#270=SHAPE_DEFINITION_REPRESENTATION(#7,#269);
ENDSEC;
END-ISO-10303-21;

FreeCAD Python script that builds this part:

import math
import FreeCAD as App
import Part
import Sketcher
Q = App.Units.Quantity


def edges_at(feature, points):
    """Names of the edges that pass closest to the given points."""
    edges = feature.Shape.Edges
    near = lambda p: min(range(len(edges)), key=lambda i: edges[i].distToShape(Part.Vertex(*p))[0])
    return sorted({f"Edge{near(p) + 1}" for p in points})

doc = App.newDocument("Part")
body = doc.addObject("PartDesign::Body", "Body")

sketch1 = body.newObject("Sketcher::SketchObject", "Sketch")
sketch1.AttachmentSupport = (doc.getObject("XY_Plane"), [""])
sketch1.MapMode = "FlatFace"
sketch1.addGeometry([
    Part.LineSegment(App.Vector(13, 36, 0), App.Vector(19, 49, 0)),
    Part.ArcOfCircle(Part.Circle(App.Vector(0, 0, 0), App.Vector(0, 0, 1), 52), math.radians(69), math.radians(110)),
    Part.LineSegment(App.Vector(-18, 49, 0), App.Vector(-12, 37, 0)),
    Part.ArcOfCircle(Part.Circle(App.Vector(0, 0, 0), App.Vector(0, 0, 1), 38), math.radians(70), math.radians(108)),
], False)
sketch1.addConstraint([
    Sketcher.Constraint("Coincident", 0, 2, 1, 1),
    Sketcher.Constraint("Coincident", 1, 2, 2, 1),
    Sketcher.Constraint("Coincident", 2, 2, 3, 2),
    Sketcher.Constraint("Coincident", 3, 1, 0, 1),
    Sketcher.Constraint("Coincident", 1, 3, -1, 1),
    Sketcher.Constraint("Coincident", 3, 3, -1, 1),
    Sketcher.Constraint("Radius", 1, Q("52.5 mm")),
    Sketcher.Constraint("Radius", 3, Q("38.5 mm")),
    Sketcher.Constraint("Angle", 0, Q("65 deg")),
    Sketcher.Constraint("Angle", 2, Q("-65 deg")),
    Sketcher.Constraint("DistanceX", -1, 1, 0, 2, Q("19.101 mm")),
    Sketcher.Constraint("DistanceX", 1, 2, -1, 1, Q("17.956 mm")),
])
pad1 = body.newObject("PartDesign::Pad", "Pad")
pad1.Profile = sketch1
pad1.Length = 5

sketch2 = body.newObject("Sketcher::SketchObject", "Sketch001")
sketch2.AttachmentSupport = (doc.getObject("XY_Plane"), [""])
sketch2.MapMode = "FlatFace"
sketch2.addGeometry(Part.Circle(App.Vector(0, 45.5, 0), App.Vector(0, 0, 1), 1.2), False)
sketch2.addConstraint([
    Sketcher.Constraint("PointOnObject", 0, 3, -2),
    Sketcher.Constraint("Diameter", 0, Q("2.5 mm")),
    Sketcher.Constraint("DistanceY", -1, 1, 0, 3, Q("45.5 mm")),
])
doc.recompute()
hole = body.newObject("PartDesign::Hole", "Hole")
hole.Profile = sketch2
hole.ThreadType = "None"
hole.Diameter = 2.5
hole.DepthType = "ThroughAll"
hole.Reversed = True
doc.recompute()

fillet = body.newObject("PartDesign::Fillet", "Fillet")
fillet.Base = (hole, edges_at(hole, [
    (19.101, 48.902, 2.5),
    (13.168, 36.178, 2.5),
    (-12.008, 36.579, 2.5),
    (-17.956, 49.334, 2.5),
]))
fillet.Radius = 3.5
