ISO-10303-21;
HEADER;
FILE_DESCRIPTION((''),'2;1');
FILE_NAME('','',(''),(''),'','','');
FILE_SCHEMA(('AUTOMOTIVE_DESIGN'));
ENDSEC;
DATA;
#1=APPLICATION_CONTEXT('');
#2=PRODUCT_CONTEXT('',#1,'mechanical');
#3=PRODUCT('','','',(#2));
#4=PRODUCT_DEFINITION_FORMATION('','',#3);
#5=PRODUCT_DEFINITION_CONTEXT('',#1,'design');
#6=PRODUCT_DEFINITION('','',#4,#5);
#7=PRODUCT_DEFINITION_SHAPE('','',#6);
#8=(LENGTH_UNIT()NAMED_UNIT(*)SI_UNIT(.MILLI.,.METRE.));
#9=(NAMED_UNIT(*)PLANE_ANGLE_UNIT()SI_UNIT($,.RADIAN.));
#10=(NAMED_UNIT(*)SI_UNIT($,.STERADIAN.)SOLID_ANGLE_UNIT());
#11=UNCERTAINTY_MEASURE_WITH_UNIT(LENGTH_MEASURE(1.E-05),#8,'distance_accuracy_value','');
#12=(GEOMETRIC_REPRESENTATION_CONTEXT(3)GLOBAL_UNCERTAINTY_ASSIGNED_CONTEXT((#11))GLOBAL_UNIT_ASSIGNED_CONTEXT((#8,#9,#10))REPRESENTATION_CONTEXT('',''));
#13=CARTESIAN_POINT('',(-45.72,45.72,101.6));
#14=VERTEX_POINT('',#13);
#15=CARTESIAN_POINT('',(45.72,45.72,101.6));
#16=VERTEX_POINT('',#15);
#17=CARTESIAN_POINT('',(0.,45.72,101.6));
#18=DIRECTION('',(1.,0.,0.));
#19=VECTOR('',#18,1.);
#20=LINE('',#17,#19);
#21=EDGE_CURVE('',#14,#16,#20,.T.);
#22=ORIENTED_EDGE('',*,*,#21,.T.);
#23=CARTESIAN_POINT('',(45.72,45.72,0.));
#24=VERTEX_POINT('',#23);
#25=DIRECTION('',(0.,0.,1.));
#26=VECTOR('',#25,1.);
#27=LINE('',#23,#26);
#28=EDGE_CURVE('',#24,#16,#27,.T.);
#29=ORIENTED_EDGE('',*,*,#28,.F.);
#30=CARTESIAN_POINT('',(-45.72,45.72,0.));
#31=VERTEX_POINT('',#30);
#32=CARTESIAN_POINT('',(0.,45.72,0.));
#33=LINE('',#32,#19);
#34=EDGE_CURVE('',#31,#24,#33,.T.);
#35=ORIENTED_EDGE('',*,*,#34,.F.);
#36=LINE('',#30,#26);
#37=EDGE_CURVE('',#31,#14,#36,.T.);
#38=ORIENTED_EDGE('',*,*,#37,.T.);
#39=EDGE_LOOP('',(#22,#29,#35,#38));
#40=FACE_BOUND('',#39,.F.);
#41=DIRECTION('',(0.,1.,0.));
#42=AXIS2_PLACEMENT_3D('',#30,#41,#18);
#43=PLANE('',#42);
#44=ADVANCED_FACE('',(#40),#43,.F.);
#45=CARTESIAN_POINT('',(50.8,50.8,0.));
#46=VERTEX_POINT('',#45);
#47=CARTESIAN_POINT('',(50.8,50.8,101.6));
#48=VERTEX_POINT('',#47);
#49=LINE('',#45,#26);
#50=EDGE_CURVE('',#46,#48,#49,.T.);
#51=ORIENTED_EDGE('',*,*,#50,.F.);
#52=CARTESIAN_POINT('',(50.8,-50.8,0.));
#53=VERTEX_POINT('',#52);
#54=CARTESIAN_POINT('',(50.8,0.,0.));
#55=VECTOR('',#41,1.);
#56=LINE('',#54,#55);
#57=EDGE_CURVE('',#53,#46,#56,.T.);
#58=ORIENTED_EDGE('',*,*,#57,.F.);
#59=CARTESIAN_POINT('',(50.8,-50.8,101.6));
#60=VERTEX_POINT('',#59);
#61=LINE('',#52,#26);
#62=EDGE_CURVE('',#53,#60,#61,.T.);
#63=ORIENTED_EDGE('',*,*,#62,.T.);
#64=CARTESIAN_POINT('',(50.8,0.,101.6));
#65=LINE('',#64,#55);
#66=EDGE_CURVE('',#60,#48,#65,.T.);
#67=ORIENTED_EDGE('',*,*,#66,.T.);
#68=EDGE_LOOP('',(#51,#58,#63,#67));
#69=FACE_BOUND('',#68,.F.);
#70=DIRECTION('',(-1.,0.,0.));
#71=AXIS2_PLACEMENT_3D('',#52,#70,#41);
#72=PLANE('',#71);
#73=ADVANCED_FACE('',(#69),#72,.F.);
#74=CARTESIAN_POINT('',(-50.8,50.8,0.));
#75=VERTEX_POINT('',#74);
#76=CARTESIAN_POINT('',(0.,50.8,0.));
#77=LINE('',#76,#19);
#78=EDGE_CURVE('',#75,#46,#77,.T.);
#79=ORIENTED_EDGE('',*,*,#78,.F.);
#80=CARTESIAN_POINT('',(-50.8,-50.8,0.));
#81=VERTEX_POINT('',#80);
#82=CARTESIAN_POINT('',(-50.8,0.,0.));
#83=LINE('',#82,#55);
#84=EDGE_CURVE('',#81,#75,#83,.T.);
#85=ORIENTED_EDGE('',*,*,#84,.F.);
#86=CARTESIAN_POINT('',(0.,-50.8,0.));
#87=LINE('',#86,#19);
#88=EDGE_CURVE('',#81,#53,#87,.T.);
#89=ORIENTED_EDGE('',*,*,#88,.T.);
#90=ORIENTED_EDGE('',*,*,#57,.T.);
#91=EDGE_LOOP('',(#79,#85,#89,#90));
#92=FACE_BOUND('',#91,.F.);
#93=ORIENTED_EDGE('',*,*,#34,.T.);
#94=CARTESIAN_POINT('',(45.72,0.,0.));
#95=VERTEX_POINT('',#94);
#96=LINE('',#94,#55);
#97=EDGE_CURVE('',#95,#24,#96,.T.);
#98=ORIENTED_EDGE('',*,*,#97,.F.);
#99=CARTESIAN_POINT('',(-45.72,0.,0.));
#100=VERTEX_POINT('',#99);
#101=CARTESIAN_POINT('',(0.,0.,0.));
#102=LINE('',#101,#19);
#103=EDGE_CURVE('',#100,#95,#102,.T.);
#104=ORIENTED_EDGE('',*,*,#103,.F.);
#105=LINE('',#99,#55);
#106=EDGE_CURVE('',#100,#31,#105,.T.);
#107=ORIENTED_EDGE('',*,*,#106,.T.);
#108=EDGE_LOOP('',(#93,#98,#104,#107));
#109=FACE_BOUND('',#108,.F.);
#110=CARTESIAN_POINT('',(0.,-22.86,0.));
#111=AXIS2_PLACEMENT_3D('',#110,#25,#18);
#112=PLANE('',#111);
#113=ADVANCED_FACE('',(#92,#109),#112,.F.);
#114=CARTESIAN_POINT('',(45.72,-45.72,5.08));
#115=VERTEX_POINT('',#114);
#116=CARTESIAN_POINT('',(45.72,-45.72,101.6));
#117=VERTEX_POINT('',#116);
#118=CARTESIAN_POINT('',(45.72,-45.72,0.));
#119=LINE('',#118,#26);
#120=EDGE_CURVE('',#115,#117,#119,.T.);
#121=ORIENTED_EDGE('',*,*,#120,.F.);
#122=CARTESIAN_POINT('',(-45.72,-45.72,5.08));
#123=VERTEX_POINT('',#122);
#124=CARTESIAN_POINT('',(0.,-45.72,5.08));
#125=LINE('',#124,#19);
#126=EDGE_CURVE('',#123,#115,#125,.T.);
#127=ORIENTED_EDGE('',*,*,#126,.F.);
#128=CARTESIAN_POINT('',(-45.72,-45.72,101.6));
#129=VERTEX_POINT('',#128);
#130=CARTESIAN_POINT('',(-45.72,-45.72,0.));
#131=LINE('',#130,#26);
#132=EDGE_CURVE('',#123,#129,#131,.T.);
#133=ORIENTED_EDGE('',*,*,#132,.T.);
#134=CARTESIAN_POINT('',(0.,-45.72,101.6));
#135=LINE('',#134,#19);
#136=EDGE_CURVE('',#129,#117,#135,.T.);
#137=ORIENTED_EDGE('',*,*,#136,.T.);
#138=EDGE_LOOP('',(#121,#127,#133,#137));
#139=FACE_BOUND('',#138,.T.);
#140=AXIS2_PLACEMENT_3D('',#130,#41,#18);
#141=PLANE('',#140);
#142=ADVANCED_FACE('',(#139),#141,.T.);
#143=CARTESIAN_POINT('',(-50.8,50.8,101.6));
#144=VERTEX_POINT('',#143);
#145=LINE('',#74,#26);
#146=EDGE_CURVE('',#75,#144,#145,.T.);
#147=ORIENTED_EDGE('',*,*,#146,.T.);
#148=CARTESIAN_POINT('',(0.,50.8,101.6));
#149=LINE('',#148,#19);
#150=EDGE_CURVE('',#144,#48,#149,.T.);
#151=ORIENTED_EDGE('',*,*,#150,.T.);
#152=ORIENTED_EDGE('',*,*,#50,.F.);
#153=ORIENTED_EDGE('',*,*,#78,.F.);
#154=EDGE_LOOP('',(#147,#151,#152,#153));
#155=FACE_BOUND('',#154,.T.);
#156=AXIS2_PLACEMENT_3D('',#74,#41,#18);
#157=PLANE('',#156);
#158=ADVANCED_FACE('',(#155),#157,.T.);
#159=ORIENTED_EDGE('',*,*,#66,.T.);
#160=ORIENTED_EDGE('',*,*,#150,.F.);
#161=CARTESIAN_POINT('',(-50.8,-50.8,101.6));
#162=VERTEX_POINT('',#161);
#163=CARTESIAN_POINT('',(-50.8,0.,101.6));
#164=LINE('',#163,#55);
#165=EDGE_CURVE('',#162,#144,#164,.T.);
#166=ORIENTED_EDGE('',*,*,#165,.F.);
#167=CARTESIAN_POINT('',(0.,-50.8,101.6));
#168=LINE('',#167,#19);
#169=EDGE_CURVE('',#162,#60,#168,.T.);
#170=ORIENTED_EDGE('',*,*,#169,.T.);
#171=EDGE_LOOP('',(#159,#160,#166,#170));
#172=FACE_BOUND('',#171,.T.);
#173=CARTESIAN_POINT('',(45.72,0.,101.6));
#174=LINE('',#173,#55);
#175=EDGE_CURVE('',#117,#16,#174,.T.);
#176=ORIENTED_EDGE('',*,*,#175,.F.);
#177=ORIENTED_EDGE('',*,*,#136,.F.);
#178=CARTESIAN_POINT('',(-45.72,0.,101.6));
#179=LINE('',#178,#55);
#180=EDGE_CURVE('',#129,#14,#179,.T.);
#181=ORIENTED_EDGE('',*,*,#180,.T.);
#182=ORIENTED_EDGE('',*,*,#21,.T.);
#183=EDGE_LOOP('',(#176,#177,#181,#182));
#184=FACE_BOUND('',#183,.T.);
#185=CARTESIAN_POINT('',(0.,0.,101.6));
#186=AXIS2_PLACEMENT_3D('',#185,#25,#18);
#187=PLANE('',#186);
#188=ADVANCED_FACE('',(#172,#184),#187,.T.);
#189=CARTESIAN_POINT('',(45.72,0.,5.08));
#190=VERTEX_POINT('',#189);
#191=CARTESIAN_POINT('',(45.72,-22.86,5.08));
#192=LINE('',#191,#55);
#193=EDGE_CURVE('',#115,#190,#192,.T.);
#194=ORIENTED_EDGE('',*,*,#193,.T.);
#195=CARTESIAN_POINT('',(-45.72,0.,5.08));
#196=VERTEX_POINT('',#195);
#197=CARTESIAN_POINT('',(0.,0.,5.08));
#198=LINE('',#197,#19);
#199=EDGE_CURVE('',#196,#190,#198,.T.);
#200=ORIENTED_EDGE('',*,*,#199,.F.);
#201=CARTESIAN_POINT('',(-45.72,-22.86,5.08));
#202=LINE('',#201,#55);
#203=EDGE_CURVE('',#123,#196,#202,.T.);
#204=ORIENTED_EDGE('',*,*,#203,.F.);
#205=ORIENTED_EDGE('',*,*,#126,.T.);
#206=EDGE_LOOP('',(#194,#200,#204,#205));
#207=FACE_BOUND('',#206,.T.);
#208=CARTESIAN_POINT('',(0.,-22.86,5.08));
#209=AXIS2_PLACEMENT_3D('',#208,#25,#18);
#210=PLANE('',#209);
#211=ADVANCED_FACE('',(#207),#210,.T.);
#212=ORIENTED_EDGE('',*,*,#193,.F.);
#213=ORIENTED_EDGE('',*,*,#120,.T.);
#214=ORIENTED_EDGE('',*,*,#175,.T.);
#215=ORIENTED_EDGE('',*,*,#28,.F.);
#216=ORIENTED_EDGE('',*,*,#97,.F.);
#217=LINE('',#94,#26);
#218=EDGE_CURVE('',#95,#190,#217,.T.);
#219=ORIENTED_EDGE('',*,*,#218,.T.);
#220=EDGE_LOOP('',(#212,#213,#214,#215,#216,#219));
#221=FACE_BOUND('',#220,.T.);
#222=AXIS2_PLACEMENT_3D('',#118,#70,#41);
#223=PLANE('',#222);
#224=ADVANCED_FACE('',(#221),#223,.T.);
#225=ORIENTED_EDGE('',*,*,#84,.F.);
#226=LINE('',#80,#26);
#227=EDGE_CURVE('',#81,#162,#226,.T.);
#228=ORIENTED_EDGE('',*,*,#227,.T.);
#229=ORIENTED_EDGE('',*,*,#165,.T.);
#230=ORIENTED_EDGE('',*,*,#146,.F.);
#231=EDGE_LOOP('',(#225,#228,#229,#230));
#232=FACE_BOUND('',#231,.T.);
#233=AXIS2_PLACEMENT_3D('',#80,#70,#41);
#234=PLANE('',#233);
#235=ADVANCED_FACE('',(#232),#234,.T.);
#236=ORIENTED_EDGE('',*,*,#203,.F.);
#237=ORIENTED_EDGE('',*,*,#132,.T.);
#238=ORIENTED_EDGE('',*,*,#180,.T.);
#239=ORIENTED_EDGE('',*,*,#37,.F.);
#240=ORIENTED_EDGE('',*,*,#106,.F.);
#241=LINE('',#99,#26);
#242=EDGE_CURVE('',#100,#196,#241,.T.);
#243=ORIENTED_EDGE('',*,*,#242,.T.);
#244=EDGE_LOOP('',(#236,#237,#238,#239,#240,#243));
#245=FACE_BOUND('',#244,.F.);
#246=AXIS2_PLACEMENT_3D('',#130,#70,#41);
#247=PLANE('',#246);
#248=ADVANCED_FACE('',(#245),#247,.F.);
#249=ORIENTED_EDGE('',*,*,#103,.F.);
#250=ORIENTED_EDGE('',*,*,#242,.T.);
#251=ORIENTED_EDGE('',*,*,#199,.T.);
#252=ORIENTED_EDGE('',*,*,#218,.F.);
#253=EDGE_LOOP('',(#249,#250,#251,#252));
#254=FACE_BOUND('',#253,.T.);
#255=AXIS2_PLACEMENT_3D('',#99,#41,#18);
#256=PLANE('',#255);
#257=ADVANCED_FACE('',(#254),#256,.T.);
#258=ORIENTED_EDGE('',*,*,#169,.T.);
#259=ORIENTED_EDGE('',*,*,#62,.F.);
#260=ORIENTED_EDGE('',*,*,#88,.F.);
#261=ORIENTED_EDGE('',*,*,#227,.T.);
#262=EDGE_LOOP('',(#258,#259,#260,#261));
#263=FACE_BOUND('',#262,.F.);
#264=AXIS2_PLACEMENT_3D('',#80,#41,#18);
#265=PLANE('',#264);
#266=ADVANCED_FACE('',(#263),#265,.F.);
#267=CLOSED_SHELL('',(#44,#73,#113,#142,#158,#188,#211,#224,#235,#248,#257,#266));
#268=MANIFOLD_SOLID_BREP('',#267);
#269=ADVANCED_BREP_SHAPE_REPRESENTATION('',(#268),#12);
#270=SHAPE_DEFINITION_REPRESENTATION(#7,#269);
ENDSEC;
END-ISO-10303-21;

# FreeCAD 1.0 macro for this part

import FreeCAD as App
import Part
import Sketcher

V = App.Vector
Q = App.Units.Quantity

doc = App.newDocument("Part")
body = doc.addObject("PartDesign::Body", "Body")

# Sketch on XY plane
sketch1 = doc.addObject("Sketcher::SketchObject", "Sketch")
body.addObject(sketch1)
sketch1.AttachmentSupport = (doc.XY_Plane, [""])
sketch1.MapMode = "FlatFace"
sketch1.addGeometry([
    Part.LineSegment(V(-51, 51, 0), V(-51, -51, 0)),  # 0
    Part.LineSegment(V(-51, -51, 0), V(51, -51, 0)),  # 1
    Part.LineSegment(V(51, -51, 0), V(51, 51, 0)),  # 2
    Part.LineSegment(V(51, 51, 0), V(-51, 51, 0)),  # 3
    Part.LineSegment(V(46, -46, 0), V(-46, -46, 0)),  # 4
    Part.LineSegment(V(-46, -46, 0), V(-46, 46, 0)),  # 5
    Part.LineSegment(V(-46, 46, 0), V(46, 46, 0)),  # 6
    Part.LineSegment(V(46, 46, 0), V(46, -46, 0)),  # 7
], False)
sketch1.addConstraint([
    Sketcher.Constraint("Coincident", 0, 2, 1, 1),
    Sketcher.Constraint("Coincident", 1, 2, 2, 1),
    Sketcher.Constraint("Coincident", 2, 2, 3, 1),
    Sketcher.Constraint("Coincident", 3, 2, 0, 1),
    Sketcher.Constraint("Coincident", 4, 2, 5, 1),
    Sketcher.Constraint("Coincident", 5, 2, 6, 1),
    Sketcher.Constraint("Coincident", 6, 2, 7, 1),
    Sketcher.Constraint("Coincident", 7, 2, 4, 1),
    Sketcher.Constraint("Vertical", 0),
    Sketcher.Constraint("Horizontal", 1),
    Sketcher.Constraint("Vertical", 2),
    Sketcher.Constraint("Horizontal", 3),
    Sketcher.Constraint("Horizontal", 4),
    Sketcher.Constraint("Vertical", 5),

WHAT YOU NEED TO DO => Using the entries above, extract exactly the span from the line with "#67=ORIENTED_EDGE('',*,*,#66,.T.);" to the line with "#74=CARTESIAN_POINT('',(-50.8,50.8,0.));", both lines included; leave out everything else.

FINAL ANSWER =>
#67=ORIENTED_EDGE('',*,*,#66,.T.);
#68=EDGE_LOOP('',(#51,#58,#63,#67));
#69=FACE_BOUND('',#68,.F.);
#70=DIRECTION('',(-1.,0.,0.));
#71=AXIS2_PLACEMENT_3D('',#52,#70,#41);
#72=PLANE('',#71);
#73=ADVANCED_FACE('',(#69),#72,.F.);
#74=CARTESIAN_POINT('',(-50.8,50.8,0.));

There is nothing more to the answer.